I preached the Thursday church service at Betz’s Nursing Home this week. Afterwards, I always work my way through the crowd, shaking hands with as many residents as possible before I leave. Although many of these people are a little weak in the memory department, I always treat them with the utmost respect because I think they’ve earned that. Some of them have made this world a better place for the rest of us in days gone by.

This past week a lady was waiting to see me. She used to attend church here and I have befriended her over the years. She was noticeably agitated and worried. She said to me, “I used to be a Christian.” I replied, “Used to be?”

She said, “But I began to swear. I cussed and swore.” And she began to sob.

Not many people believe that swearing will keep a person out of heaven, but she was distraught thinking that her bad language had cause her to lose her salvation.

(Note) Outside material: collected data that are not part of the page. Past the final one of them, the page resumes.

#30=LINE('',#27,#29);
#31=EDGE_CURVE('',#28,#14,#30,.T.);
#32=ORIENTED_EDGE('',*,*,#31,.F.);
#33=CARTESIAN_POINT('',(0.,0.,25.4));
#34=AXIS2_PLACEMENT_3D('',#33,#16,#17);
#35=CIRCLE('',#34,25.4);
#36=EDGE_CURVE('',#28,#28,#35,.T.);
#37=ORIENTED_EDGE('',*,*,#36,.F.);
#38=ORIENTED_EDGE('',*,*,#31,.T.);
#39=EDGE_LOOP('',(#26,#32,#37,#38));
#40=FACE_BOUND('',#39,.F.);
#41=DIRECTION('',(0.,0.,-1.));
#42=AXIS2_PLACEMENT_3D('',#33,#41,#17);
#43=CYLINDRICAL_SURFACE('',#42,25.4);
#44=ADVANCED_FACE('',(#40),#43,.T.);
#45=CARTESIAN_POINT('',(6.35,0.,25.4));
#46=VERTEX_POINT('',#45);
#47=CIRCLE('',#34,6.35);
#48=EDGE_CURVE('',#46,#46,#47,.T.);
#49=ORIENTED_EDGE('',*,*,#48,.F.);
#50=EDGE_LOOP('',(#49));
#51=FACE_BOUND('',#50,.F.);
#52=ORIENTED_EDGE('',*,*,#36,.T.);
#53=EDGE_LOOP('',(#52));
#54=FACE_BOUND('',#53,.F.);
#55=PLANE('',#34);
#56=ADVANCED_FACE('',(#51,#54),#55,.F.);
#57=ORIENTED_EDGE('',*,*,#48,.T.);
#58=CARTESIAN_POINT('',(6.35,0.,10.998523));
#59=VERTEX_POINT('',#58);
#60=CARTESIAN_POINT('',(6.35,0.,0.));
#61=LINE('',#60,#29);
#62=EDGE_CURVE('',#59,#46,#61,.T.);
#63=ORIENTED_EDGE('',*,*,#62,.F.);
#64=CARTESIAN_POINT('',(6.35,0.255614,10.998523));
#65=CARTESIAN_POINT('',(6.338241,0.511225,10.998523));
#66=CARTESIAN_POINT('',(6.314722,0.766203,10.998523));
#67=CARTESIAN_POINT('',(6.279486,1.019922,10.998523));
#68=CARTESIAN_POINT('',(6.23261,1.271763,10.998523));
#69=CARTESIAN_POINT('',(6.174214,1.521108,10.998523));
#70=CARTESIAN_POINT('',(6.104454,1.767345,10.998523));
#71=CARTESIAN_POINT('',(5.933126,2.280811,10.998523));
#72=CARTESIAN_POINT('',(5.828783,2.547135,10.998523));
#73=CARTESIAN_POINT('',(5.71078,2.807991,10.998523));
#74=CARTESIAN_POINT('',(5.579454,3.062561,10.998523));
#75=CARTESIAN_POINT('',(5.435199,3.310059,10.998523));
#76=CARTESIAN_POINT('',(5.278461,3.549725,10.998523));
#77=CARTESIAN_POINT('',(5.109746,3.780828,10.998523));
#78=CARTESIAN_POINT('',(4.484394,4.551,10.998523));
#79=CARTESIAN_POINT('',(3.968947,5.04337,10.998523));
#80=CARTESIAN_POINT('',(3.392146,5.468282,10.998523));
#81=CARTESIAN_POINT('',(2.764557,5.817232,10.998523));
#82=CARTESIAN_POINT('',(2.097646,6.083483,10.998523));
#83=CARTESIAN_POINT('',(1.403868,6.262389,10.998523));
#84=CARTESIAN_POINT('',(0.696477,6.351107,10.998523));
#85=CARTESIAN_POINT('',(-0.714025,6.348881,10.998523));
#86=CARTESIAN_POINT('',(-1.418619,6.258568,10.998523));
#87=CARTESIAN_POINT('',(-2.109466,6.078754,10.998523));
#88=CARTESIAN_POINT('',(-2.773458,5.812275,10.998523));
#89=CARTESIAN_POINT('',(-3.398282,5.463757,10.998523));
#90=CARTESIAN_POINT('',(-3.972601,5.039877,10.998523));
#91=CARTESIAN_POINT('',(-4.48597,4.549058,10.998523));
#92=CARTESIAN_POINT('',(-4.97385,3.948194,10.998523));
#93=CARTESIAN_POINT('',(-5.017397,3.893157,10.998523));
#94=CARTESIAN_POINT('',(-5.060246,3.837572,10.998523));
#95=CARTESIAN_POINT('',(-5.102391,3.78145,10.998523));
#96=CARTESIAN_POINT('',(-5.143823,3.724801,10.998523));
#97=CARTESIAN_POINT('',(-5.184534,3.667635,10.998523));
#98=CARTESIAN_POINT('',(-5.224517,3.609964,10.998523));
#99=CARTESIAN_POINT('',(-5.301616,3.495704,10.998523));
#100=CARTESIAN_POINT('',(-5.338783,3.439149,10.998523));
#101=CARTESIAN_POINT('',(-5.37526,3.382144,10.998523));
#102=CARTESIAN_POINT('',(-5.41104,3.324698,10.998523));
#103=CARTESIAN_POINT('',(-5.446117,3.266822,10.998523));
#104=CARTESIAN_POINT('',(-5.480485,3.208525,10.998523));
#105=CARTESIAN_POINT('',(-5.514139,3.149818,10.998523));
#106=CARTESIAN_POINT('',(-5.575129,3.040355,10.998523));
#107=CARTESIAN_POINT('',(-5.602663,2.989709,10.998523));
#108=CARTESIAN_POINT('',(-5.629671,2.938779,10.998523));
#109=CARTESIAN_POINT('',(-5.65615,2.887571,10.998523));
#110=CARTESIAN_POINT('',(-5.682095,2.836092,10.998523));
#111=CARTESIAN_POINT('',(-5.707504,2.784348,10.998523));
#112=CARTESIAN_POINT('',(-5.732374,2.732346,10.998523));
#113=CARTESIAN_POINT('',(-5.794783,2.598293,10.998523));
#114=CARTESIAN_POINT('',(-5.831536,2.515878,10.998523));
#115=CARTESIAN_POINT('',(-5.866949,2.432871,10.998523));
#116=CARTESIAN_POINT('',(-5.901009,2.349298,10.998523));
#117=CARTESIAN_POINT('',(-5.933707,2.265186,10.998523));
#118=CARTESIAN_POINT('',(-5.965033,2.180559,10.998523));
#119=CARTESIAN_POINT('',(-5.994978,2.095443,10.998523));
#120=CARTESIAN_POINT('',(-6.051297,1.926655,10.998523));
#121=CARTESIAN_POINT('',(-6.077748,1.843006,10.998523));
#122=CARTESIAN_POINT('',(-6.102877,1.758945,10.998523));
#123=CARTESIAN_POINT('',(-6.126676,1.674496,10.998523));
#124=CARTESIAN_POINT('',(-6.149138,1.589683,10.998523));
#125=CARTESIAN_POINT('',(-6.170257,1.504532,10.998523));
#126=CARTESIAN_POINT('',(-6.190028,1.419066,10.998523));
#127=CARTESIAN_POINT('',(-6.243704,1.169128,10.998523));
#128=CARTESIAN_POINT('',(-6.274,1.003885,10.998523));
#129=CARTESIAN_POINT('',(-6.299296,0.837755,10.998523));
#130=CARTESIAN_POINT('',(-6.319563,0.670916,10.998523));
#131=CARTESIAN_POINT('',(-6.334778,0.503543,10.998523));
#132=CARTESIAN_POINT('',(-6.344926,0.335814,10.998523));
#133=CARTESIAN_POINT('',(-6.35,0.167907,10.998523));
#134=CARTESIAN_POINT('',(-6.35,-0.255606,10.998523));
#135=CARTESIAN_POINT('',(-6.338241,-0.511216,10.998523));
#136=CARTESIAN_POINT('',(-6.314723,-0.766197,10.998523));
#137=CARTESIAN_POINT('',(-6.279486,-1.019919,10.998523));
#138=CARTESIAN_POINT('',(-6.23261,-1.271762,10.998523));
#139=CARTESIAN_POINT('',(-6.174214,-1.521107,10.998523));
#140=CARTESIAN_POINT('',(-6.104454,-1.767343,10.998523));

I knew that she was speaking from emotions rather than her head, so logic wasn’t going to change her feelings of condemnation.

So I reminded her of what Jesus did on the cross for her. I asked if she wanted to be forgiven and she immediately grabbed my hand and bowed her head. I led her in a prayer asking the Lord to forgive her bad language and help her to feel forgiven and whole in His presence.

After I said amen, she immediately got a smile on her face and the anxiety left her. Satan had stolen her peace, but God restored it. We can all expect Satan to attempt to steal our peace, but Jesus is our peace (Ephesians 2:14).